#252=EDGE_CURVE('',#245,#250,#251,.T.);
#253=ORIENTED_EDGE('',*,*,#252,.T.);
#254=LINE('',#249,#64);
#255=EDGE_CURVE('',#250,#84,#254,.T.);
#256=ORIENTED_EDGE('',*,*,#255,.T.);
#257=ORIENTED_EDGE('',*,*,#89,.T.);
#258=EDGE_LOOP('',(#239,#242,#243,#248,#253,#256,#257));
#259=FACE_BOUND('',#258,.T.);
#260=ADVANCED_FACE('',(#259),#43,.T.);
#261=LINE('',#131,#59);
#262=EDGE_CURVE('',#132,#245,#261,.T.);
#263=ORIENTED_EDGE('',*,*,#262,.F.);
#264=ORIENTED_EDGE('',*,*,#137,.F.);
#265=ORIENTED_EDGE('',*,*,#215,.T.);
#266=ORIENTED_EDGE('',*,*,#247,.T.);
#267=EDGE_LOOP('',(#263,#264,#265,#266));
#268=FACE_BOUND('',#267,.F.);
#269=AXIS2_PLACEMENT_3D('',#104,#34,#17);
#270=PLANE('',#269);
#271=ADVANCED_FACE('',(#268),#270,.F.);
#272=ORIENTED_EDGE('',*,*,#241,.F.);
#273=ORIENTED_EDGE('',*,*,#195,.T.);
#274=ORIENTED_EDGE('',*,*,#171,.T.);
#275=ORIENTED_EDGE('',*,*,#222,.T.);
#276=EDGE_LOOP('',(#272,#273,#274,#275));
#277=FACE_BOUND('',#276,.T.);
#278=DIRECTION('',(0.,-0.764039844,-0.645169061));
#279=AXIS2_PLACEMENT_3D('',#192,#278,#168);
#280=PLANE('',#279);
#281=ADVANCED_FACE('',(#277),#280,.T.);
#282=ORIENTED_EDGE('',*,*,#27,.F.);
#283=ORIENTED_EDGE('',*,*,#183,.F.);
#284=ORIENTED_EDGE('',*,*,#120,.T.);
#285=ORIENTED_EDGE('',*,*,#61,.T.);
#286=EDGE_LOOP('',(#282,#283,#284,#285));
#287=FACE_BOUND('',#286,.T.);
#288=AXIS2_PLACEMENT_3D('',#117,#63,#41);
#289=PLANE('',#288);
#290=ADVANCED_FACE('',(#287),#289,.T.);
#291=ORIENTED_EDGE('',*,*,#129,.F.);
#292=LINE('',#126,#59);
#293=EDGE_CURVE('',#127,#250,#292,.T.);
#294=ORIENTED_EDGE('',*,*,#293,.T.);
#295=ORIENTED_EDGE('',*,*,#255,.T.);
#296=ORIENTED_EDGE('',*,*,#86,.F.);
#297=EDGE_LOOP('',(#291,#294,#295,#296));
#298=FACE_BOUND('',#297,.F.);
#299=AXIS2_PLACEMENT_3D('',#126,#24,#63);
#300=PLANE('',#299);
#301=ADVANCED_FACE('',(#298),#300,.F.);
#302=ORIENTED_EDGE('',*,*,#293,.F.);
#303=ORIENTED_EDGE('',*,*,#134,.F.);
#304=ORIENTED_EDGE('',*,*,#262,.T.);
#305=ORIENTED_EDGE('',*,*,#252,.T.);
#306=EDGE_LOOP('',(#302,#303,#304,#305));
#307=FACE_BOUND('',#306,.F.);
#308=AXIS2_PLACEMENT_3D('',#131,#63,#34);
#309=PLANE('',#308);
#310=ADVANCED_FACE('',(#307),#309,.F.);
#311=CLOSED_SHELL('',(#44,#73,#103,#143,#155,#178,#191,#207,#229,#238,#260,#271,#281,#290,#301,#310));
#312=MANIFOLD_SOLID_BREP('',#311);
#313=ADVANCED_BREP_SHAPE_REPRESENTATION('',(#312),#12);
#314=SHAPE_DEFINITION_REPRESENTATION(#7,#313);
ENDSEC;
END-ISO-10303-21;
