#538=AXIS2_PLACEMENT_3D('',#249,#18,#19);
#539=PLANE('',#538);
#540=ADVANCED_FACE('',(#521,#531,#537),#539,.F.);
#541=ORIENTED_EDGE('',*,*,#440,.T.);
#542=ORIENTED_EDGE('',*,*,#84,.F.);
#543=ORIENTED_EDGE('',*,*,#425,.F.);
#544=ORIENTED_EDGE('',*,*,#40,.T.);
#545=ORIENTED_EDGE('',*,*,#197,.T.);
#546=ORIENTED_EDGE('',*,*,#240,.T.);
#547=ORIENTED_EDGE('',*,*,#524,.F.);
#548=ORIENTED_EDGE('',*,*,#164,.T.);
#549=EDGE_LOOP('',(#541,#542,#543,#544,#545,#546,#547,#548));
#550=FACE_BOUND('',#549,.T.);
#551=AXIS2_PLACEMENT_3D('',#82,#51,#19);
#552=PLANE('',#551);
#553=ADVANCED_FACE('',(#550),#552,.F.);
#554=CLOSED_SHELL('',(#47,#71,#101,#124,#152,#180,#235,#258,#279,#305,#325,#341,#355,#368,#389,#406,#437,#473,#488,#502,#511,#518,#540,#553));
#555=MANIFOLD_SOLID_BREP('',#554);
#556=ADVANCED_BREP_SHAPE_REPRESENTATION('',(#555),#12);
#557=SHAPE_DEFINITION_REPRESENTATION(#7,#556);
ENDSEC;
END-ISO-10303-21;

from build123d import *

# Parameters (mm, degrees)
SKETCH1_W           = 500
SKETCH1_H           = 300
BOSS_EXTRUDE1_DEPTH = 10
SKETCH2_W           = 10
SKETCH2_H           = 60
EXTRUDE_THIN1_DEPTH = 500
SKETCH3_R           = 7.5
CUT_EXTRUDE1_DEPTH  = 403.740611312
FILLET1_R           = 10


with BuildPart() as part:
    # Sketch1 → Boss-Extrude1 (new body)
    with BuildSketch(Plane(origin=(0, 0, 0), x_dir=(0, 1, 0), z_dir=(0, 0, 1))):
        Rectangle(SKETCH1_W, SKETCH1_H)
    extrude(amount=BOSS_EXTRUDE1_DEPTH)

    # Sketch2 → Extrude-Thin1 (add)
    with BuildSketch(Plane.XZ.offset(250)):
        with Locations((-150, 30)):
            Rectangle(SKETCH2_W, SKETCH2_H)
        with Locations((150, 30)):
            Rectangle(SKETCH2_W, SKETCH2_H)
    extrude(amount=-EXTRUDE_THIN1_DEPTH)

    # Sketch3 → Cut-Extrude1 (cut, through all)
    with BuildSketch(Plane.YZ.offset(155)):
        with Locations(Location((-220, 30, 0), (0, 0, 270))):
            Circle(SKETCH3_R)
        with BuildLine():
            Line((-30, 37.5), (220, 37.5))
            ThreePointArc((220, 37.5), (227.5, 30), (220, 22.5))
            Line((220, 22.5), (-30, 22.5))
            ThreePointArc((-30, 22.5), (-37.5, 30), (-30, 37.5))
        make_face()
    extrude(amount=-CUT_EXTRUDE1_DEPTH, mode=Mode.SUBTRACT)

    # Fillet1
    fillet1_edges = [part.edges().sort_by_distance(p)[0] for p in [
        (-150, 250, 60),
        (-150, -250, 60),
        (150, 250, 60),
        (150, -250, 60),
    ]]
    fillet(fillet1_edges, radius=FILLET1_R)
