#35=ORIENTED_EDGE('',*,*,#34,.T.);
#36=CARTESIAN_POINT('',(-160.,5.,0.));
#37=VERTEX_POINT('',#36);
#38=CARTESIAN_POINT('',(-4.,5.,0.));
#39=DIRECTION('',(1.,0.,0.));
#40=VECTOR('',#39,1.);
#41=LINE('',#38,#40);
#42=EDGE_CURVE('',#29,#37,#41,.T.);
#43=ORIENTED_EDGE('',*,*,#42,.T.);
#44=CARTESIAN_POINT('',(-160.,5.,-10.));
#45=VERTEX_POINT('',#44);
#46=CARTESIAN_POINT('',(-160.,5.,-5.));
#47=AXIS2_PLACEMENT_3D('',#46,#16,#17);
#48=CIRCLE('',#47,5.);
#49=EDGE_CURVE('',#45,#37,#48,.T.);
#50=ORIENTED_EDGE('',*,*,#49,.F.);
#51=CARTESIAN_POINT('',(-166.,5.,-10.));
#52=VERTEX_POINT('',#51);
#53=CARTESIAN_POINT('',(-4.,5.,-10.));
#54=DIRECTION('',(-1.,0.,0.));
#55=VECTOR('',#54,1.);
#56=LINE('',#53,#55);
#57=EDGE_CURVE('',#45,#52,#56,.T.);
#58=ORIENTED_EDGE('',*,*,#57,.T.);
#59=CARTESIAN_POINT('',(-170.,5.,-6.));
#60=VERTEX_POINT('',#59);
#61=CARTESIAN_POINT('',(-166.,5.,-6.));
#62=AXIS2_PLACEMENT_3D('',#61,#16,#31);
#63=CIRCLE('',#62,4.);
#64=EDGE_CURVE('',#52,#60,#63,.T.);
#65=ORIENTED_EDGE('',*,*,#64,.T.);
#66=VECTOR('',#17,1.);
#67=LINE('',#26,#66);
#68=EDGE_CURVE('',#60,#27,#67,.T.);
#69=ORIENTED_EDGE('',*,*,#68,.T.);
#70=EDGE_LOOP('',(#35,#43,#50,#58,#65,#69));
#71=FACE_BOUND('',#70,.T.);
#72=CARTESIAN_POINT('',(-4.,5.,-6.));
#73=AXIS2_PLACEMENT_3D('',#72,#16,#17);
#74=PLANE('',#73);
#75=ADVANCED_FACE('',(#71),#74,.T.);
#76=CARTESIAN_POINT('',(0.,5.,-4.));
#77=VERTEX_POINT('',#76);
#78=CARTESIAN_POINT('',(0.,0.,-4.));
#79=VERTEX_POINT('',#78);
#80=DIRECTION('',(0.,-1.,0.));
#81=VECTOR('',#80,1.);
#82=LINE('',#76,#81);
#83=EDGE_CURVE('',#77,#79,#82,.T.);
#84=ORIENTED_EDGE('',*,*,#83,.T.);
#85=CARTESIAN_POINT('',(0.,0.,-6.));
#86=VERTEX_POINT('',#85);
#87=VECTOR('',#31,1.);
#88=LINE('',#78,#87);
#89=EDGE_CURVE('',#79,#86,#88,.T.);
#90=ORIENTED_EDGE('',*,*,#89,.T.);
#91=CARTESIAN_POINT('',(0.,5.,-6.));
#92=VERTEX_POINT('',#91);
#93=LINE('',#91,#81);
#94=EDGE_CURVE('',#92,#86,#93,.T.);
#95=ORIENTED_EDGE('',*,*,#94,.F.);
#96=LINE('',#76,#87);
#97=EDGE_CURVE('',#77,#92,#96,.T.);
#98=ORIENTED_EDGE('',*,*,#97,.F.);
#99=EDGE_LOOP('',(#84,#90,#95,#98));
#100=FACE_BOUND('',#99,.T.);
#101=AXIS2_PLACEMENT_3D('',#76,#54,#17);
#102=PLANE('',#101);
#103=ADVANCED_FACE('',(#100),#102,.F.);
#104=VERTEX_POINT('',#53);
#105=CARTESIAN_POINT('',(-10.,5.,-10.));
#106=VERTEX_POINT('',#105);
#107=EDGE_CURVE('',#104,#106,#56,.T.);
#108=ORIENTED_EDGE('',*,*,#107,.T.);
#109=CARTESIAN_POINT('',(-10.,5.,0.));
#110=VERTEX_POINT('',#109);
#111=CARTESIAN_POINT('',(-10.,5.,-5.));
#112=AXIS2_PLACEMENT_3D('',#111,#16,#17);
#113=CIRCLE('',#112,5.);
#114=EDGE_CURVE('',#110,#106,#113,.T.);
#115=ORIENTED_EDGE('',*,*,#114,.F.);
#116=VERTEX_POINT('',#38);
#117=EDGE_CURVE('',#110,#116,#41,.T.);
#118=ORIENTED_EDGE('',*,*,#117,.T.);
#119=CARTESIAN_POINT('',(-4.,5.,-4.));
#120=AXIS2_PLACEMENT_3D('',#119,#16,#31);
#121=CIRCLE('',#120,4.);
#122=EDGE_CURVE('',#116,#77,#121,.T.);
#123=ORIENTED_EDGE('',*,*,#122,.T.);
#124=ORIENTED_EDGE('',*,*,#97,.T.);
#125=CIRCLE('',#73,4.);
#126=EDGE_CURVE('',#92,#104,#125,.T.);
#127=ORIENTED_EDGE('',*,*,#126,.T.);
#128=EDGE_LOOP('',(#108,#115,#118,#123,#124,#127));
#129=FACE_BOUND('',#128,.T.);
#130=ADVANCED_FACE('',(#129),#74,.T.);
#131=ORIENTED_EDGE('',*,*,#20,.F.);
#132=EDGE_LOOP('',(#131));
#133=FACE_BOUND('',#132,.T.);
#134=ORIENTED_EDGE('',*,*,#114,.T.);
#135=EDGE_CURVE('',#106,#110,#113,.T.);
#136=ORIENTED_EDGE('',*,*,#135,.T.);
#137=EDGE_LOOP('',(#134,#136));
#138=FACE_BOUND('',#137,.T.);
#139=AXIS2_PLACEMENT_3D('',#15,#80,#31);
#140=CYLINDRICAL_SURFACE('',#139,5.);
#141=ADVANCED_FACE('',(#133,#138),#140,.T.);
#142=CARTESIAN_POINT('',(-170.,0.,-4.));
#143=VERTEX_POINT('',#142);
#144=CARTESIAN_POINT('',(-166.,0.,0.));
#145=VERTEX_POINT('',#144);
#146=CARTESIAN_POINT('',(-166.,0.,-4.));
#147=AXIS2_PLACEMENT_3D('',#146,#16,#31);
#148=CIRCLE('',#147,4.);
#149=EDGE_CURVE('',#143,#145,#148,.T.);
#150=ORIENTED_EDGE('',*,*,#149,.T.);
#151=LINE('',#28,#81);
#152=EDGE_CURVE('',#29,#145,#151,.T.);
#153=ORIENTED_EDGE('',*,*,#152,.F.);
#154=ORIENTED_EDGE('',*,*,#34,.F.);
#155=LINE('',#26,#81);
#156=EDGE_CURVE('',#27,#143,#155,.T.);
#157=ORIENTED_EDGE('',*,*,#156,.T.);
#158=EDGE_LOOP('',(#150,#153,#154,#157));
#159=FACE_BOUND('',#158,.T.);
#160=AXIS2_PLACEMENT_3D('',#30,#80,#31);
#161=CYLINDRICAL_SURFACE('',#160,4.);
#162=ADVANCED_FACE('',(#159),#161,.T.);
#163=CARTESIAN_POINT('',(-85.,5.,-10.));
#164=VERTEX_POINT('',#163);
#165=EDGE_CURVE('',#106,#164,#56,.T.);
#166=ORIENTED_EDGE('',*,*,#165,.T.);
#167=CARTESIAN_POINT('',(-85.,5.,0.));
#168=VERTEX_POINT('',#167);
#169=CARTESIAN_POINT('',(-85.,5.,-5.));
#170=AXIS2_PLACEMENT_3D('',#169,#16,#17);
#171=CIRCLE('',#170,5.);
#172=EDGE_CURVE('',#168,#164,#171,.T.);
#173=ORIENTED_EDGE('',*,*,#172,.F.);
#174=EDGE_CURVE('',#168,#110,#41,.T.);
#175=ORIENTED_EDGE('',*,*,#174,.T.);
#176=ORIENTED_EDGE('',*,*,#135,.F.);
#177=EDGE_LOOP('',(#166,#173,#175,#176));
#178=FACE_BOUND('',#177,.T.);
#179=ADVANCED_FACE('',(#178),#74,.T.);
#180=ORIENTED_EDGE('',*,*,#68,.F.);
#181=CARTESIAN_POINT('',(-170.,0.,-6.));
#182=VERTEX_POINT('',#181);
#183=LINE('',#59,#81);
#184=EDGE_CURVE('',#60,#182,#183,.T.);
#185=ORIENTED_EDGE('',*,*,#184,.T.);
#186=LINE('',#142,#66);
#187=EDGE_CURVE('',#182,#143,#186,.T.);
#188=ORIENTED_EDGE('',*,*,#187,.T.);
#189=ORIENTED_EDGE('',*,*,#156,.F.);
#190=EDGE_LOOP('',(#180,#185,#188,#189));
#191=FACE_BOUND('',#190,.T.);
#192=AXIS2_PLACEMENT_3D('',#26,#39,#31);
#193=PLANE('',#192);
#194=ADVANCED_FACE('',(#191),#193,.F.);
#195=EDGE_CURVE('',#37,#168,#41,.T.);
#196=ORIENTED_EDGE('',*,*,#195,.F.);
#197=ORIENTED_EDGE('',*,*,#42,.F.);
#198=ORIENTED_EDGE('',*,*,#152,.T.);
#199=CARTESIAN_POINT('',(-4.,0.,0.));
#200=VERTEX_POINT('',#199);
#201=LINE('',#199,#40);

--

Your assignment: Look above for the line with "#129=FACE_BOUND('',#128,.T.);" and the line with "#158=EDGE_LOOP('',(#150,#153,#154,#157));". Retype those two lines and every line between them exactly, adding nothing.

Output:
#129=FACE_BOUND('',#128,.T.);
#130=ADVANCED_FACE('',(#129),#74,.T.);
#131=ORIENTED_EDGE('',*,*,#20,.F.);
#132=EDGE_LOOP('',(#131));
#133=FACE_BOUND('',#132,.T.);
#134=ORIENTED_EDGE('',*,*,#114,.T.);
#135=EDGE_CURVE('',#106,#110,#113,.T.);
#136=ORIENTED_EDGE('',*,*,#135,.T.);
#137=EDGE_LOOP('',(#134,#136));
#138=FACE_BOUND('',#137,.T.);
#139=AXIS2_PLACEMENT_3D('',#15,#80,#31);
#140=CYLINDRICAL_SURFACE('',#139,5.);
#141=ADVANCED_FACE('',(#133,#138),#140,.T.);
#142=CARTESIAN_POINT('',(-170.,0.,-4.));
#143=VERTEX_POINT('',#142);
#144=CARTESIAN_POINT('',(-166.,0.,0.));
#145=VERTEX_POINT('',#144);
#146=CARTESIAN_POINT('',(-166.,0.,-4.));
#147=AXIS2_PLACEMENT_3D('',#146,#16,#31);
#148=CIRCLE('',#147,4.);
#149=EDGE_CURVE('',#143,#145,#148,.T.);
#150=ORIENTED_EDGE('',*,*,#149,.T.);
#151=LINE('',#28,#81);
#152=EDGE_CURVE('',#29,#145,#151,.T.);
#153=ORIENTED_EDGE('',*,*,#152,.F.);
#154=ORIENTED_EDGE('',*,*,#34,.F.);
#155=LINE('',#26,#81);
#156=EDGE_CURVE('',#27,#143,#155,.T.);
#157=ORIENTED_EDGE('',*,*,#156,.T.);
#158=EDGE_LOOP('',(#150,#153,#154,#157));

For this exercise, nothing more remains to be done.